No, he isn't! The ''weakest'' as name conductor, who has taken this place, in the history of BPO. Of course, we wish him (the Berliners) good luck.


----------



## flamencosketches (Jan 4, 2019)

Dimace said:


> No, he isn't! The ''weakest'' as name conductor, who has taken this place, in the history of BPO. Of course, we wish him (the Berliners) good luck.


Is this generally the consensus in your city? Was it a big shock when he was announced?


----------



## Larkenfield (Jun 5, 2017)

He looks very exciting and also looks like he may be wound up as tight as an eight-day clock from what I’ve heard and seen from him. But I’m not sensing much unspoken praise in the background for Rattle from the orchestra members and they may be ready for a major change. I’m already worn out by some of Petrenko’s intensity and I wonder how it’s going to wear over the years. My choice would have been Paavo Järvi if he had been available.


----------



## 13hm13 (Oct 31, 2016)

flamencosketches said:


> How did Petrenko land this gig? Chief conductor/music director (whatever this position is called) of the Berlin Philharmonic is a big deal! I haven't heard much of maestro Petrenko, but I guess he must be in the big leagues... big shoes to fill, in the case of Rattle, let alone his predecessors Abbado, Karajan...
> 
> ... anyway, I guess I'll watch the video now.


Yes, he did come up out of nowhere. Certainly a new one on me...and a pleasant surprise from the video samples I've seen. Rattle was not really my cup of tea ... despite being supported by the great BPO. 
Speaking of video samples, one can go thru quite a bit of morsels via BPO's digitalconcerthall.com

https://www.digitalconcerthall.com/en/concerts/conductor_kirill petrenko


----------



## CnC Bartok (Jun 5, 2017)

Difficult to really understand this appointment. I believe the original vote pitted Thielemann against Andris Nelsons, and nobody could break the resulting deadlock?

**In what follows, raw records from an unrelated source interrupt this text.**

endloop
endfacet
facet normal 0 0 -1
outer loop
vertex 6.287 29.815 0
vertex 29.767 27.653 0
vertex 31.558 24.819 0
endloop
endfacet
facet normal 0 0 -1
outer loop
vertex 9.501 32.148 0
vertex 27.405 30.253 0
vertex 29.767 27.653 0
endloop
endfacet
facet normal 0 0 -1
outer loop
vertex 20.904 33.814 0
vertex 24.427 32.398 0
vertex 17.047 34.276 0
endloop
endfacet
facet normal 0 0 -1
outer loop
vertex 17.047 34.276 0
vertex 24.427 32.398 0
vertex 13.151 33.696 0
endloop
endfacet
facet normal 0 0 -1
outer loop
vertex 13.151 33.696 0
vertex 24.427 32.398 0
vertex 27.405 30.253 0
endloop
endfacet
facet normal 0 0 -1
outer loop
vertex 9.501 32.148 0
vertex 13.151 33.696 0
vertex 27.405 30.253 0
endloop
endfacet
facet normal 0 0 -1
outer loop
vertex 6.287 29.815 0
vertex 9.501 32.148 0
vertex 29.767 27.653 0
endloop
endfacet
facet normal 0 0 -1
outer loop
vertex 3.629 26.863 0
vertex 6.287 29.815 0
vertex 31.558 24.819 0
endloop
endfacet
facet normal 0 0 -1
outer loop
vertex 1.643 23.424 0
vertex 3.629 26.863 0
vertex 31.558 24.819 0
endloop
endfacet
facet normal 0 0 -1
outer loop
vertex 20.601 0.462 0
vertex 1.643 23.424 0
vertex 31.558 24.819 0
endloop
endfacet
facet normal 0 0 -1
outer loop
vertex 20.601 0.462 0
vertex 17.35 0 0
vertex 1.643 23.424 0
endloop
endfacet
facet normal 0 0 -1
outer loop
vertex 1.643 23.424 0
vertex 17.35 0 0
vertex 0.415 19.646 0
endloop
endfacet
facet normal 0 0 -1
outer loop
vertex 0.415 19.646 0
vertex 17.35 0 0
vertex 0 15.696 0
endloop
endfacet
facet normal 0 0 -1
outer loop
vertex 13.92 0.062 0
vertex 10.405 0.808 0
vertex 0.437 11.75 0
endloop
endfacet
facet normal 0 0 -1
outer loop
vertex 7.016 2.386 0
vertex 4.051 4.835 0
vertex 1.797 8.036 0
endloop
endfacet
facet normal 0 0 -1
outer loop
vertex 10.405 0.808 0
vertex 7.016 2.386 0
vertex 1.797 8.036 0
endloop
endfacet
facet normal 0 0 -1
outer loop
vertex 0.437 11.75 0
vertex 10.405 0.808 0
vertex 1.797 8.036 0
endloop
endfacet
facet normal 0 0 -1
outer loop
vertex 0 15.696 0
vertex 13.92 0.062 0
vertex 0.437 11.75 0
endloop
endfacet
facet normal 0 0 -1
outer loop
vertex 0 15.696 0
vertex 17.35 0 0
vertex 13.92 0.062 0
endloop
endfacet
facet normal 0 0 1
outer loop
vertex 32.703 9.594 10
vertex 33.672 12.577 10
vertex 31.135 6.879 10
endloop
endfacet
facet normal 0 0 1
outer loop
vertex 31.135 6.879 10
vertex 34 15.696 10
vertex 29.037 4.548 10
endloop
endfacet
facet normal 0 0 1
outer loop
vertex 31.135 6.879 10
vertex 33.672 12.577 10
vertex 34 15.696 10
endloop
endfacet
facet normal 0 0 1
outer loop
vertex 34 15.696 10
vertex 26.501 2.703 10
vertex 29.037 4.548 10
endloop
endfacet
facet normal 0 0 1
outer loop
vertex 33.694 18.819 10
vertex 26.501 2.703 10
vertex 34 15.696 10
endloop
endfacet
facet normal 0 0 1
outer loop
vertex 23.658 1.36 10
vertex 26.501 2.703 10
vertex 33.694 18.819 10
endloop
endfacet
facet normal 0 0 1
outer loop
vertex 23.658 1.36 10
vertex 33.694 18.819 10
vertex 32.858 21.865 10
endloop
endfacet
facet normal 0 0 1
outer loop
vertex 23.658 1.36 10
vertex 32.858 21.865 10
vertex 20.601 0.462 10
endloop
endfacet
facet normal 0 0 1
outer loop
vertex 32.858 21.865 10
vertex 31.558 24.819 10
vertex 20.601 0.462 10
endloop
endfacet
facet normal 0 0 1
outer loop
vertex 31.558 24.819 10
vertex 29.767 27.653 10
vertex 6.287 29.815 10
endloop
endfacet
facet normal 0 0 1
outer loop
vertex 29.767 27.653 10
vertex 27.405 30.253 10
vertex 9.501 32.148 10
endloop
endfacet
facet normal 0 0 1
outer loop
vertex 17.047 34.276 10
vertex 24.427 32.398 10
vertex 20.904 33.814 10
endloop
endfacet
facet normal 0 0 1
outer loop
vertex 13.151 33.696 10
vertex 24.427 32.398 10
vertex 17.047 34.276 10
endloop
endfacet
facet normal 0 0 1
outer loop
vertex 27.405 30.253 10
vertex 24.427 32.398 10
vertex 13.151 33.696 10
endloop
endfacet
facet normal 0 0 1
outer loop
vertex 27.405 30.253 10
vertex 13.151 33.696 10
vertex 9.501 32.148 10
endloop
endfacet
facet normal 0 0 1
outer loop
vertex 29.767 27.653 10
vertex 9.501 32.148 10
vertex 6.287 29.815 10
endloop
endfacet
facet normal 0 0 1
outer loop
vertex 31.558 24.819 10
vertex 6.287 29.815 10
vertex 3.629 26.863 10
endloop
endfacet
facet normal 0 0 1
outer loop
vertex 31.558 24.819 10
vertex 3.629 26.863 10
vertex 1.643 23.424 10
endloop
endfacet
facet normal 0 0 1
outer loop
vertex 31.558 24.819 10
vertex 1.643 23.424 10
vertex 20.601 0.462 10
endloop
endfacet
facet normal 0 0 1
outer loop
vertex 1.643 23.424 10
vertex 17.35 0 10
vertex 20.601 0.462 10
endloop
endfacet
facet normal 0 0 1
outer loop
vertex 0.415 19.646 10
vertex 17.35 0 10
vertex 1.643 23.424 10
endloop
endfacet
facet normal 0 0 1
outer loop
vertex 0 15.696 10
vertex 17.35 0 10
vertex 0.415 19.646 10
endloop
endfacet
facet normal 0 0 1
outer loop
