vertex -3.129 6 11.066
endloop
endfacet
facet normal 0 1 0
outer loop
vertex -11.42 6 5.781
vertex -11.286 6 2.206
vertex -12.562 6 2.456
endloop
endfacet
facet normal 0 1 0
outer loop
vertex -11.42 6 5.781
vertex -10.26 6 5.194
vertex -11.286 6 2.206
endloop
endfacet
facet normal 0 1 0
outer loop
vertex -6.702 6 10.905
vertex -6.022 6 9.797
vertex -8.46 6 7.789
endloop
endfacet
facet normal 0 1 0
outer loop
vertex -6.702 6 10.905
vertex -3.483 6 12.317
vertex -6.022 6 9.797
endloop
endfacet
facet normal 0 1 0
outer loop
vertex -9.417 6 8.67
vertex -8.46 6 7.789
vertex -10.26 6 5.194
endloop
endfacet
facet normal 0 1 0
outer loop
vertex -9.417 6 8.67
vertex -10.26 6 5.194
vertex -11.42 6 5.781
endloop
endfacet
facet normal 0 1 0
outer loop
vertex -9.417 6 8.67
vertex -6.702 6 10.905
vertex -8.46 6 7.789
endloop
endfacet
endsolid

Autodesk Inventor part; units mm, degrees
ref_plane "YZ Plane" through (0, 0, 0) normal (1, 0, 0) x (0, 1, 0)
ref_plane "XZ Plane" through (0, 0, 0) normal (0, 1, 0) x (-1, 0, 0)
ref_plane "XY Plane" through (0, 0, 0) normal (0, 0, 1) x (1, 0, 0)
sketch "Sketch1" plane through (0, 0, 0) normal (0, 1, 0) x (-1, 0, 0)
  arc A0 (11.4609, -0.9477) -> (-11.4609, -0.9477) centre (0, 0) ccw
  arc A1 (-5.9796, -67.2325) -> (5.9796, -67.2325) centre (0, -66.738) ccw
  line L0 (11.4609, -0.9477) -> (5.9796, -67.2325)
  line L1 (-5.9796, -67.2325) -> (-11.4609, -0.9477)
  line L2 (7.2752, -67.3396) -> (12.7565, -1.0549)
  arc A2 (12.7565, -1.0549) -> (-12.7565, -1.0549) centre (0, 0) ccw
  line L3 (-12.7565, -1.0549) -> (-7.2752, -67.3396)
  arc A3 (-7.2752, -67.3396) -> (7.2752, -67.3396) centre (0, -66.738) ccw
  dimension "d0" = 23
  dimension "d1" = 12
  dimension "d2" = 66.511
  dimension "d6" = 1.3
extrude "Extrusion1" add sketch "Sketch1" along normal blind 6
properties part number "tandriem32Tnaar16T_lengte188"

When Petrenko was elected, I thought they meant the young chap who had done those excellent Shostakovich recordings in Liverpool!

The Berlin Petrenko (!) has an interesting repertoire, so he could be really exciting as principal with the BPO. Indeed, I downloaded his Tchaikovsky 6th and it's very good, albeit not an obscure piece. I have his recordings of Josef Suk, and kudos for doing it, but they're not a patch on a whole host of Czech conductors, from Talich through to Pesek and Belohlavek.

I think this means I have his complete discography!?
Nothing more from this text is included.